Compatibility requirements differ from engine to engine, depending on what constraints an engine imposes on its draw calls.
When auto-instancing fails to combine draw calls, it is usually because hidden compatibility requirements are violated. An understanding of how auto-instancing works in Unreal can help you debug and discover any future new requirements.
Make sure the following CVars are enabled:
r.Mobile.SupportGPUScene=1 Must be manually set to 1 in an .ini file because not all Android devices support compute shaders.
r.MeshDrawCommands.DynamicInstancing Defaults to 1 so there is no need to manually set it.
r.MeshDrawCommands.UseCachedCommands Defaults to 1 so no need to manually set.
Common Instancing Incompatibilities
For StaticMeshComponents that use lit materials, make sure lightmaps are built.
When lightmaps are not built (or when they are outdated), UE4 replaces them with an indirect lighting cache. An indirect lighting cache passes lighting data to a draw call through the use of a uniform buffer (referred to as a constant buffer in DirectX), which prevents draw calls from combining because the uniform buffer will be unique for every draw call.
Lightmaps do not have this issue because their data paths are deliberately designed to support instancing.
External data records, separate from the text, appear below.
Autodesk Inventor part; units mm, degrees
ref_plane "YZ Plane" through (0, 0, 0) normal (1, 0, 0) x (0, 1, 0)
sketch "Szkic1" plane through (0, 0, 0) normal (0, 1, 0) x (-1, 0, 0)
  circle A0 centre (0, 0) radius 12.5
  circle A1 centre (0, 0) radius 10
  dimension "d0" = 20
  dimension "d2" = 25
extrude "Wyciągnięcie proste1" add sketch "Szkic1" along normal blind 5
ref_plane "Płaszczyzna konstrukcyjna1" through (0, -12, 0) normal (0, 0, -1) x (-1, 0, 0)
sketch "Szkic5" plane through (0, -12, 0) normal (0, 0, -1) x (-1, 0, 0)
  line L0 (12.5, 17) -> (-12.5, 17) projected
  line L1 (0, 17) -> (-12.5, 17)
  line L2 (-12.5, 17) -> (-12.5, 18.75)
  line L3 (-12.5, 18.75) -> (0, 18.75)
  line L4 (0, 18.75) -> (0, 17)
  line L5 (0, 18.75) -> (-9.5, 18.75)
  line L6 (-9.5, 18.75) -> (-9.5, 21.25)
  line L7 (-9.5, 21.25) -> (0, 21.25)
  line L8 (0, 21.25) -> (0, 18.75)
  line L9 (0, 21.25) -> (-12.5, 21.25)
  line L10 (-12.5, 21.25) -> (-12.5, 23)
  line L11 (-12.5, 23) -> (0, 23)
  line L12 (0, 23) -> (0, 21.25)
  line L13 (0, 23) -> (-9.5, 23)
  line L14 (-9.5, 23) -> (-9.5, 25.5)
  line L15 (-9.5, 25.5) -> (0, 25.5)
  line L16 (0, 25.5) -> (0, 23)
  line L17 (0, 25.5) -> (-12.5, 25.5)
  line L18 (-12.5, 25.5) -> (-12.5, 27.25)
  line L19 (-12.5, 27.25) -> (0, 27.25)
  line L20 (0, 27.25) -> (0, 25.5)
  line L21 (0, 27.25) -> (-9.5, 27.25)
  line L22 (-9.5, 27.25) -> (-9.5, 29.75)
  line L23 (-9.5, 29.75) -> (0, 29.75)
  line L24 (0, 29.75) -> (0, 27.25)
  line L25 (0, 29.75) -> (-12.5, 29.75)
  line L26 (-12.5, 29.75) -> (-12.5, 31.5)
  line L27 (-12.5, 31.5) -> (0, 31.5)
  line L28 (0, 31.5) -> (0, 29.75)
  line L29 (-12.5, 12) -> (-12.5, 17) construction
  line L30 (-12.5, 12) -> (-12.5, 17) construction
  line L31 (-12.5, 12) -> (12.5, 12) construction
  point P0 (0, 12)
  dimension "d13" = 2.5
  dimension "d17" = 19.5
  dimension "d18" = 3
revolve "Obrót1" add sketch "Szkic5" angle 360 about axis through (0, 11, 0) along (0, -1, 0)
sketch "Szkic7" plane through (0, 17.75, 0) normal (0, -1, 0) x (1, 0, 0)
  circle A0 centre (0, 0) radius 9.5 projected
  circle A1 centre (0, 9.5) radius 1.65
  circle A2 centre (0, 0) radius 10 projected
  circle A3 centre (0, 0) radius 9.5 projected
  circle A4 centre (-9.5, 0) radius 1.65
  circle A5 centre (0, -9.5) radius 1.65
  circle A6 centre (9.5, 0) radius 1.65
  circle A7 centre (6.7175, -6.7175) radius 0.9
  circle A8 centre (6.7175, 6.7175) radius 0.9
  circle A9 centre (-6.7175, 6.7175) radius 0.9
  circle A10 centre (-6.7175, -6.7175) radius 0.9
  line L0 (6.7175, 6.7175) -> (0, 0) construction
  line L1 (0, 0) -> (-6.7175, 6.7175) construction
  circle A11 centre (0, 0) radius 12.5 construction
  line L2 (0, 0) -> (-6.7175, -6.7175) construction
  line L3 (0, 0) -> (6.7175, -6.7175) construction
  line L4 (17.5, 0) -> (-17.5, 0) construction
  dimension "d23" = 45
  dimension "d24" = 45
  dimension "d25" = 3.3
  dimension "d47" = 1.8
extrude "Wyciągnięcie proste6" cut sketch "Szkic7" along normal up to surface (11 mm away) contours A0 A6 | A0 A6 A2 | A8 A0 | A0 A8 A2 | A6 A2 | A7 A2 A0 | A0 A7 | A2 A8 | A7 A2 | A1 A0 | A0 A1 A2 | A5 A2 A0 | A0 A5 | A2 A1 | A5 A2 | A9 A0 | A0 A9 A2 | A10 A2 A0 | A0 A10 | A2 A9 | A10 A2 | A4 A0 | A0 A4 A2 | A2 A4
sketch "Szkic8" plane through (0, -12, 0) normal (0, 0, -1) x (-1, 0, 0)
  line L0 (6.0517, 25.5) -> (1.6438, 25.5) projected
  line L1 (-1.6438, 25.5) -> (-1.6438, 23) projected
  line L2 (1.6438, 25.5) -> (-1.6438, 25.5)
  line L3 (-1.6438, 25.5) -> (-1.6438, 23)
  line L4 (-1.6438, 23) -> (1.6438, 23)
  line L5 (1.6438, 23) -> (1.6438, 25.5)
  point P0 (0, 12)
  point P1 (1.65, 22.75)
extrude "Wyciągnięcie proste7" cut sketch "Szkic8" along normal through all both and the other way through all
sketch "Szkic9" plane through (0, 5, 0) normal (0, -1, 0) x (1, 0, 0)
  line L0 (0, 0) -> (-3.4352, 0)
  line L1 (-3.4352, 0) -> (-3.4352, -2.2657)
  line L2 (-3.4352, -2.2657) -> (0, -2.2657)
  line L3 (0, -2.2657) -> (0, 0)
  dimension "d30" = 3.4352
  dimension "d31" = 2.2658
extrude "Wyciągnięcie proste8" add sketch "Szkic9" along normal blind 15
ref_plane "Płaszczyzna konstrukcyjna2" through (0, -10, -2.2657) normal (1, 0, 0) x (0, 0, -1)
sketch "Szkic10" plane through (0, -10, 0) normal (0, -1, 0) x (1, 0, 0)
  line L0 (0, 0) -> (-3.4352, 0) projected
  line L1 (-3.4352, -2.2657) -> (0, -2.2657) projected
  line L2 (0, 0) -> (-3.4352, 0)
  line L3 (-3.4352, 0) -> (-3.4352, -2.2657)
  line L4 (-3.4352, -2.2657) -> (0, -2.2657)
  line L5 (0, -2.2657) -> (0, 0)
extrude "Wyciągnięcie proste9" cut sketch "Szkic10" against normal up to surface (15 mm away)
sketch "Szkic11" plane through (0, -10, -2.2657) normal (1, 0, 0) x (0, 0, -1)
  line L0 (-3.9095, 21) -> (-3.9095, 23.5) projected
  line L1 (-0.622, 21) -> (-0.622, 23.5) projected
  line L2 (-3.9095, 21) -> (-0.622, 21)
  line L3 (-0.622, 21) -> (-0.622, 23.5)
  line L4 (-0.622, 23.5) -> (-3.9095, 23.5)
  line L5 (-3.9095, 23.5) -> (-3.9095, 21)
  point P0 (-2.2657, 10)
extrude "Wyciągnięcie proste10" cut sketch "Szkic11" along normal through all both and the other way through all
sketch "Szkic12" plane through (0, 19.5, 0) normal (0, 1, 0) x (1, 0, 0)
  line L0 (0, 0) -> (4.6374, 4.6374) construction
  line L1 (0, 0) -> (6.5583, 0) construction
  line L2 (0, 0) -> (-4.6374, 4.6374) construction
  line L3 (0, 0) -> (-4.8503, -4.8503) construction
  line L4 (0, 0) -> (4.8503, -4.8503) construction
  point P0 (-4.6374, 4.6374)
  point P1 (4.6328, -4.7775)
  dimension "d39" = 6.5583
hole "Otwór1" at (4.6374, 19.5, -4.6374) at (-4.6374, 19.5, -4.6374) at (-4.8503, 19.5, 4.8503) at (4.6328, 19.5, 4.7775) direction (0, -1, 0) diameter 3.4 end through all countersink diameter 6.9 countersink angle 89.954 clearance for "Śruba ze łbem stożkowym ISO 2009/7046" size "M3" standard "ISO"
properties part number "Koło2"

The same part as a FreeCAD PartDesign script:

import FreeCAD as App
import Part
import Sketcher

V = App.Vector
Q = App.Units.Quantity


def add_polygon(sketch, points):
    """Adds a closed chain of lines whose ends are joined by coincident constraints."""
    first, n = sketch.GeometryCount, len(points)
    for a, b in zip(points, points[1:] + points[:1]):
        sketch.addGeometry(Part.LineSegment(App.Vector(*a, 0), App.Vector(*b, 0)), False)
    for i in range(n):
        sketch.addConstraint(Sketcher.Constraint("Coincident", first + i, 2, first + (i + 1) % n, 1))

doc = App.newDocument("Part")
params = doc.addObject("Spreadsheet::Sheet", "Params")
for row, (alias, value) in enumerate([
    ("sketch1_diameter", "25 mm"),
    ("sketch1_diameter2", "20 mm"),
    ("pad1_length", "5 mm"),
    ("sketch2_width", "3 mm"),
    ("sketch2_height", "2.5 mm"),
    ("sketch2_width2", "12.5 mm"),
    ("sketch2_height2", "14.5 mm"),
    ("revolution_angle", "360 deg"),
    ("sketch3_diameter", "3.3 mm"),
    ("sketch3_diameter2", "1.8 mm"),
    ("pocket1_length", "11 mm"),
    ("sketch4_height", "2.5 mm"),
    ("pad2_length", "15 mm"),
    ("pocket3_length", "15 mm"),
    ("sketch7_width", "2.5 mm"),
    ("sketch8_diameter", "3.4 mm"),
    ("hole_diameter", "3.4 mm"),
    ("hole_csink_diameter", "6.9 mm"),
], start=1):
    params.set(f"A{row}", alias)
    params.set(f"B{row}", "=" + value)
    params.setAlias(f"B{row}", alias)

body = doc.addObject("PartDesign::Body", "Body")

# Sketch on XZ plane
sketch1 = body.newObject("Sketcher::SketchObject", "Sketch")
sketch1.AttachmentSupport = (doc.getObject("XZ_Plane"), [""])
sketch1.MapMode = "FlatFace"
sketch1.addGeometry([
    Part.Circle(V(0, 0, 0), V(0, 0, 1), 12),
    Part.Circle(V(0, 0, 0), V(0, 0, 1), 10),
], False)
sketch1.addConstraint([
    Sketcher.Constraint("Coincident", 0, 3, -1, 1),
    Sketcher.Constraint("Coincident", 1, 3, -1, 1),
    Sketcher.Constraint("Diameter", 0, Q("25 mm")),
    Sketcher.Constraint("Diameter", 1, Q("20 mm")),
])
sketch1.setExpression("Constraints[2]", "Params.sketch1_diameter")
sketch1.setExpression("Constraints[3]", "Params.sketch1_diameter2")
pad1 = body.newObject("PartDesign::Pad", "Pad")
pad1.Profile = sketch1
pad1.setExpression("Length", "Params.pad1_length")
pad1.Reversed = True

# Sketch on XY plane
sketch2 = body.newObject("Sketcher::SketchObject", "Sketch001")
sketch2.AttachmentSupport = (doc.getObject("XY_Plane"), [""])
sketch2.MapMode = "FlatFace"
add_polygon(sketch2, [(12.5, 5), (0, 5), (0, 19.5), (12.5, 19.5), (12.5, 17.8), (9.5, 17.8), (9.5, 15.2), (12.5, 15.2), (12.5, 13.5), (9.5, 13.5), (9.5, 11), (12.5, 11), (12.5, 9.2), (9.5, 9.2), (9.5, 6.8), (12.5, 6.8)])  # lines 0-15
sketch2.addConstraint([
    Sketcher.Constraint("Horizontal", 0),
    Sketcher.Constraint("Vertical", 1),
    Sketcher.Constraint("Horizontal", 2),
    Sketcher.Constraint("Vertical", 3),
    Sketcher.Constraint("Horizontal", 4),
    Sketcher.Constraint("Vertical", 5),
    Sketcher.Constraint("Horizontal", 6),
    Sketcher.Constraint("Vertical", 7),
    Sketcher.Constraint("Horizontal", 8),
    Sketcher.Constraint("Vertical", 9),
    Sketcher.Constraint("Horizontal", 10),
    Sketcher.Constraint("Vertical", 11),
    Sketcher.Constraint("Horizontal", 12),
    Sketcher.Constraint("Vertical", 13),
    Sketcher.Constraint("Horizontal", 14),
    Sketcher.Constraint("Vertical", 15),
    Sketcher.Constraint("PointOnObject", 0, 2, -2),
    Sketcher.Constraint("Vertical", 3, 2, 6, 2),
    Sketcher.Constraint("Vertical", 5, 2, 8, 2),
    Sketcher.Constraint("Vertical", 7, 2, 10, 2),
    Sketcher.Constraint("Vertical", 9, 2, 12, 2),
    Sketcher.Constraint("Vertical", 11, 2, 14, 2),
    Sketcher.Constraint("Equal", 3, 7),
    Sketcher.Constraint("Equal", 5, 9),
    Sketcher.Constraint("Equal", 7, 11),
    Sketcher.Constraint("Equal", 9, 13),
    Sketcher.Constraint("Equal", 11, 15),
    Sketcher.Constraint("DistanceX", 4, 2, 4, 1, Q("3 mm")),
    Sketcher.Constraint("DistanceY", 5, 2, 5, 1, Q("2.5 mm")),
    Sketcher.Constraint("DistanceY", -1, 1, 1, 2, Q("19.5 mm")),
    Sketcher.Constraint("DistanceX", 0, 2, 0, 1, Q("12.5 mm")),
    Sketcher.Constraint("DistanceY", 1, 1, 1, 2, Q("14.5 mm")),
])
sketch2.setExpression("Constraints[43]", "Params.sketch2_width")
sketch2.setExpression("Constraints[44]", "Params.sketch2_height")
sketch2.setExpression("Constraints[46]", "Params.sketch2_width2")
sketch2.setExpression("Constraints[47]", "Params.sketch2_height2")
revolution = body.newObject("PartDesign::Revolution", "Revolution")
revolution.Profile = sketch2
revolution.ReferenceAxis = (sketch2, ["V_Axis"])
revolution.setExpression("Angle", "Params.revolution_angle")

# Sketch on XZ plane
sketch3 = body.newObject("Sketcher::SketchObject", "Sketch002")
sketch3.AttachmentSupport = (doc.getObject("XZ_Plane"), [""])
sketch3.MapMode = "FlatFace"
sketch3.AttachmentOffset = App.Placement(V(0, 0, -17.75), App.Rotation())
sketch3.addGeometry([
    Part.Circle(V(9.5, 0, 0), V(0, 0, 1), 1.6),  # 0
    Part.Circle(V(6.7, 6.7, 0), V(0, 0, 1), 0.9),  # 1
    Part.Circle(V(6.7, -6.7, 0), V(0, 0, 1), 0.9),  # 2
    Part.Circle(V(0, 9.5, 0), V(0, 0, 1), 1.6),  # 3
    Part.Circle(V(0, -9.5, 0), V(0, 0, 1), 1.6),  # 4
    Part.Circle(V(-6.7, 6.7, 0), V(0, 0, 1), 0.9),  # 5
    Part.Circle(V(-6.7, -6.7, 0), V(0, 0, 1), 0.9),  # 6
    Part.Circle(V(-9.5, 0, 0), V(0, 0, 1), 1.6),  # 7
], False)
sketch3.addConstraint([
    Sketcher.Constraint("Equal", 1, 2),
    Sketcher.Constraint("Equal", 0, 3),
    Sketcher.Constraint("Equal", 3, 4),
    Sketcher.Constraint("Equal", 2, 5),
    Sketcher.Constraint("Equal", 5, 6),
    Sketcher.Constraint("Equal", 4, 7),
    Sketcher.Constraint("Symmetric", 3, 3, 4, 3, -1, 1),
    Sketcher.Constraint("Symmetric", 2, 3, 5, 3, -1, 1),
    Sketcher.Constraint("Symmetric", 1, 3, 6, 3, -1, 1),
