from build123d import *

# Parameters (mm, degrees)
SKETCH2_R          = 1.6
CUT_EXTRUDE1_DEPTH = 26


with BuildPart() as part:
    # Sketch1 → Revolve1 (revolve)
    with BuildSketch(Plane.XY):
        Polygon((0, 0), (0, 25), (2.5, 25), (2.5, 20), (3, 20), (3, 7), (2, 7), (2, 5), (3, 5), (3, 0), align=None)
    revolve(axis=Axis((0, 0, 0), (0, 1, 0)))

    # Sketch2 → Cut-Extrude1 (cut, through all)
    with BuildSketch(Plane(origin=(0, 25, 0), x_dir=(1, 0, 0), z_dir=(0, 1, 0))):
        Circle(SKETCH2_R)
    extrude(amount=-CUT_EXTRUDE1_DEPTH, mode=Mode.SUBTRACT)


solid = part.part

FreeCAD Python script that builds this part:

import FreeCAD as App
import Part
import Sketcher

V = App.Vector


def add_polygon(sketch, points):
    """Adds a closed chain of lines whose ends are joined by coincident constraints."""
    first, n = sketch.GeometryCount, len(points)
    for a, b in zip(points, points[1:] + points[:1]):
        sketch.addGeometry(Part.LineSegment(App.Vector(*a, 0), App.Vector(*b, 0)), False)
    for i in range(n):
        sketch.addConstraint(Sketcher.Constraint("Coincident", first + i, 2, first + (i + 1) % n, 1))

doc = App.newDocument("Part")
body = doc.addObject("PartDesign::Body", "Body")

sketch1 = body.newObject("Sketcher::SketchObject", "Sketch")
sketch1.AttachmentSupport = (doc.getObject("XY_Plane"), [""])
sketch1.MapMode = "FlatFace"
add_polygon(sketch1, [(0, 25), (0, 0), (3, 0), (3, 5), (2, 5), (2, 7), (3, 7), (3, 20), (2.5, 20), (2.5, 25)])
sketch1.addConstraint(Sketcher.Constraint("Vertical", 0))
sketch1.addConstraint(Sketcher.Constraint("Horizontal", 1))
sketch1.addConstraint(Sketcher.Constraint("Vertical", 2))
sketch1.addConstraint(Sketcher.Constraint("Horizontal", 3))
sketch1.addConstraint(Sketcher.Constraint("Vertical", 4))
sketch1.addConstraint(Sketcher.Constraint("Horizontal", 5))
sketch1.addConstraint(Sketcher.Constraint("Vertical", 6))
sketch1.addConstraint(Sketcher.Constraint("Horizontal", 7))
sketch1.addConstraint(Sketcher.Constraint("Vertical", 8))
sketch1.addConstraint(Sketcher.Constraint("Horizontal", 9))
sketch1.addConstraint(Sketcher.Constraint("Coincident", 0, 2, -1, 1))
sketch1.addConstraint(Sketcher.Constraint("Vertical", 2, 2, 5, 2))
sketch1.addConstraint(Sketcher.Constraint("Equal", 2, 8))
sketch1.addConstraint(Sketcher.Constraint("DistanceX", 1, 1, 1, 2, 3.0))
sketch1.addConstraint(Sketcher.Constraint("DistanceX", 3, 2, 3, 1, 1.0))
sketch1.addConstraint(Sketcher.Constraint("DistanceY", 0, 2, 0, 1, 25.0))
sketch1.addConstraint(Sketcher.Constraint("DistanceY", 2, 1, 2, 2, 5.0))
sketch1.addConstraint(Sketcher.Constraint("DistanceY", 4, 1, 4, 2, 2.0))
sketch1.addConstraint(Sketcher.Constraint("DistanceX", 7, 2, 7, 1, 0.5))
revolution = body.newObject("PartDesign::Revolution", "Revolution")
revolution.Profile = sketch1
revolution.ReferenceAxis = (sketch1, ["V_Axis"])
revolution.Angle = 360

sketch2 = body.newObject("Sketcher::SketchObject", "Sketch001")
sketch2.AttachmentSupport = (doc.getObject("XZ_Plane"), [""])
sketch2.MapMode = "FlatFace"
sketch2.AttachmentOffset = App.Placement(V(0, 0, -25), App.Rotation())
sketch2.addGeometry(Part.Circle(V(0, 0, 0), V(0, 0, 1), 1.6), False)
sketch2.addConstraint(Sketcher.Constraint("Coincident", 0, 3, -1, 1))
sketch2.addConstraint(Sketcher.Constraint("Diameter", 0, 3.2))
pocket1 = body.newObject("PartDesign::Pocket", "Pocket")
pocket1.Profile = sketch2
pocket1.Type = "ThroughAll"
pocket1.Reversed = True

doc.recompute()
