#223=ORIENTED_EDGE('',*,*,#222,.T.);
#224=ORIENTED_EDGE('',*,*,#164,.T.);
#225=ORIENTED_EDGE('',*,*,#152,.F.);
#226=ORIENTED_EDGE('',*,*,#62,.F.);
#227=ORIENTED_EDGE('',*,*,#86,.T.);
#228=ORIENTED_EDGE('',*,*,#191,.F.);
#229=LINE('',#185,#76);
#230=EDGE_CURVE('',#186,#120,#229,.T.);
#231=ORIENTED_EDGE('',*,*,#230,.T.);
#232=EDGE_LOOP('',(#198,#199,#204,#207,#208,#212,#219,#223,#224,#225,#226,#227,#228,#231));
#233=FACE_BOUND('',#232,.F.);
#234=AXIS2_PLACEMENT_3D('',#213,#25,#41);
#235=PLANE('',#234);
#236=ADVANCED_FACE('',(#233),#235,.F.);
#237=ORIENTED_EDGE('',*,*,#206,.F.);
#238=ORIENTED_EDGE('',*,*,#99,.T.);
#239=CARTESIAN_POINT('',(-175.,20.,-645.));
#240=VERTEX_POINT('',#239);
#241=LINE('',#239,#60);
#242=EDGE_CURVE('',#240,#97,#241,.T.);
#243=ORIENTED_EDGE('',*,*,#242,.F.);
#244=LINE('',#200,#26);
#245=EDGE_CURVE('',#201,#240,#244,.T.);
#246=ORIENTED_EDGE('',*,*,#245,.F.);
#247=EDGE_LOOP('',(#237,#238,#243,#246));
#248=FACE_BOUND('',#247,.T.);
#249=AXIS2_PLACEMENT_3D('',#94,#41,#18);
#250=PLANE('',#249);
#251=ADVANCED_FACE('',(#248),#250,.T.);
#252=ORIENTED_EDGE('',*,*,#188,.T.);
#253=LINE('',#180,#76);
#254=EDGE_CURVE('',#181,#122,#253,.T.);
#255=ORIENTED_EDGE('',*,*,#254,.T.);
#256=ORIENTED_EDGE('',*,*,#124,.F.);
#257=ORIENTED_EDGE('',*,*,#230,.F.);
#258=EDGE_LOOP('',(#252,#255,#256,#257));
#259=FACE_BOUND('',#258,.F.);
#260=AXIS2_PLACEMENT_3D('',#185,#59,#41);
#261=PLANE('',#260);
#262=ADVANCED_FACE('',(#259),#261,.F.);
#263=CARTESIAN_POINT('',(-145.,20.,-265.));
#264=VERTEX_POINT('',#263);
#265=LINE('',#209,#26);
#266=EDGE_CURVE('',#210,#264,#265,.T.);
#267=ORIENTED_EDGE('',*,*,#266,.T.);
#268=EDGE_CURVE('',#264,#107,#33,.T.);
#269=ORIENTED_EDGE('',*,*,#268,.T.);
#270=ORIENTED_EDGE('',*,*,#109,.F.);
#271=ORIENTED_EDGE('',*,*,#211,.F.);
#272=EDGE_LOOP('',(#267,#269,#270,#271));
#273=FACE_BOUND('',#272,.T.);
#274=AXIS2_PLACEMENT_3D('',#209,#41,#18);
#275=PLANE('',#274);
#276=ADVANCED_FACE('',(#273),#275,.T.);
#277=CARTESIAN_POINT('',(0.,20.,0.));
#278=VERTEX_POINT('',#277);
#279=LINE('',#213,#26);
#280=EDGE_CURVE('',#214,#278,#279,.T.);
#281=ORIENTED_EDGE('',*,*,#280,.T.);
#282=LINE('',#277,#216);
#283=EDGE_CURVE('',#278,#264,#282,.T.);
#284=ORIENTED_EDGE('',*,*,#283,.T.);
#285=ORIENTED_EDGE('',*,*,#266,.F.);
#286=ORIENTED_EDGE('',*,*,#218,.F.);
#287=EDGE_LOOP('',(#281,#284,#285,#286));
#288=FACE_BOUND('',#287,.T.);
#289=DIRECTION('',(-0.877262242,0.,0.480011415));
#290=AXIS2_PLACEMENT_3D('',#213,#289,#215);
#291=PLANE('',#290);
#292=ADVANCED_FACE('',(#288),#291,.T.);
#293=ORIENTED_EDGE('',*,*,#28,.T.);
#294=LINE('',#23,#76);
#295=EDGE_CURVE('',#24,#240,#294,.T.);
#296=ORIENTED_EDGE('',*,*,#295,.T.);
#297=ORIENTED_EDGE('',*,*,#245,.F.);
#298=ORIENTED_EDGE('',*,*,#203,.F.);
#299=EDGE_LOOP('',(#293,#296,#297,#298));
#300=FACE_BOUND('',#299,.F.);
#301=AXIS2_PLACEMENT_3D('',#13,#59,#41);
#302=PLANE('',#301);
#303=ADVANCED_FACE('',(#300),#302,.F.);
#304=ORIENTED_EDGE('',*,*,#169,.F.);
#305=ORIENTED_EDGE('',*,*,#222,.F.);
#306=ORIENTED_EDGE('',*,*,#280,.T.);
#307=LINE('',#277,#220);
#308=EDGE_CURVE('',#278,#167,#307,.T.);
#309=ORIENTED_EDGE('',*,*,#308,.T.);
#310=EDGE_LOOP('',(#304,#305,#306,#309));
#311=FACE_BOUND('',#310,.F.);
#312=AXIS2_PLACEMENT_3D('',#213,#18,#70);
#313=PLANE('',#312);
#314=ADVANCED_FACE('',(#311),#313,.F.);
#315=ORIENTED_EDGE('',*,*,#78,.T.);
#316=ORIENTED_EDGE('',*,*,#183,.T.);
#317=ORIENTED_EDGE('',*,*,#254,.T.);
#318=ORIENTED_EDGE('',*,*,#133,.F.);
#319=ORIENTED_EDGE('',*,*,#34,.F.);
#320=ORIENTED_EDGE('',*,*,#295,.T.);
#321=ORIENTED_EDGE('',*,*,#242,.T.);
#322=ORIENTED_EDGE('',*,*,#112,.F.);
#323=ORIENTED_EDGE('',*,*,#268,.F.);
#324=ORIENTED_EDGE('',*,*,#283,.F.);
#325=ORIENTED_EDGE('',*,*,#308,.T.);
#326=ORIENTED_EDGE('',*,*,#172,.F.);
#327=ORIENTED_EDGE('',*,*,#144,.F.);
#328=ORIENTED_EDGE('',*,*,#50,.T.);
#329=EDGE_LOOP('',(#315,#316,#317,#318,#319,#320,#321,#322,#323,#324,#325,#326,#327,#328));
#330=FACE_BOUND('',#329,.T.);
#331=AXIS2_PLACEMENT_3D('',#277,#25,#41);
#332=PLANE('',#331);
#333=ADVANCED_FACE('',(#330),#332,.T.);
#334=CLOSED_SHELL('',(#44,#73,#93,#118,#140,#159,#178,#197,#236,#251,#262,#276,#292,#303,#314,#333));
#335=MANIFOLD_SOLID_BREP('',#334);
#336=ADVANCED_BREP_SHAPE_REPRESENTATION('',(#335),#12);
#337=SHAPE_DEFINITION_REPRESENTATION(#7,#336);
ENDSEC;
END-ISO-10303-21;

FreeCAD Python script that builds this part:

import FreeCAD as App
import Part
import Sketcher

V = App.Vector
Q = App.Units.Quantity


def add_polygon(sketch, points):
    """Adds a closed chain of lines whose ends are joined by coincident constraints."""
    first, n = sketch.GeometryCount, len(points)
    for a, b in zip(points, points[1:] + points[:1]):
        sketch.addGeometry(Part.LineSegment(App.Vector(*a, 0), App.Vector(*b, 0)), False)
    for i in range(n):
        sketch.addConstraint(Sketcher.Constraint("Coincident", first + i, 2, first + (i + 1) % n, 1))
To test auto-instancing in the editor:
Make sure View Mode is either Lit, Detailed Lighting, or Reflections. This is necessary because many debug view modes are not compatible with the lightmap data paths.
Make sure the following modes are enabled:
Show > Advanced > LOD Parenting
Show > Lighting Features > Volumetric Lightmap
Show > Lighting Features > Indirect Lighting Cache
Make sure the following modes are disabled:
View Mode > Lightmap Density
View Mode > Level of Detail Coloration > Mesh LOD Coloration
View Mode > Level of Detail Coloration > Hierarchical LOD Coloration
Show > Advanced > BSP Split
Show > Advanced > Property Coloration
Show > Advanced > Mesh Edges
Show > Advanced > Light Influences
Show > Advanced > Mass Properties
When testing in-editor, if IsRichVew
returns true, all FStaticMeshSceneProxy
will lose bStaticRelevance
and gain bDynamicRelevance
. This indirectly leads to excluding a static mesh from auto-instancing.
Debug view modes above can cause IsRichVew
to return true.
Verification
Use CVar r.MeshDrawCommands.LogDynamicInstancingStats 1 to view stats on auto-instancing. This console command will print out the draw call reduction factor which is the ratio of number of draw calls before and after the instancing merge.
If you are curious about what happens within the software, use RenderDoc to make a capture. You should see multiple objects that are combined into one single instanced draw call:
Click to enlarge. RenderDoc reports the number of instances in its annotation. This annotation is emitted by Unreal Engine.
How It Works
Because of the complexity of the system, it is not possible to list out all causes of instancing incompatibilities, but it is possible to show basic internal functions for a high-level understanding when you need to debug instancing incompatibilities.
Before looking at how auto-instancing works in native code, turn off the following CVars:
r.ParallelInitViews=0
r.MeshDrawCommands.ParallelPassSetup=0
Cached Draw Calls
Each draw call has an associated FCachedMeshDrawCommandInfo::StateBucketId
that is a 32-bit integer for sorting cached draw calls.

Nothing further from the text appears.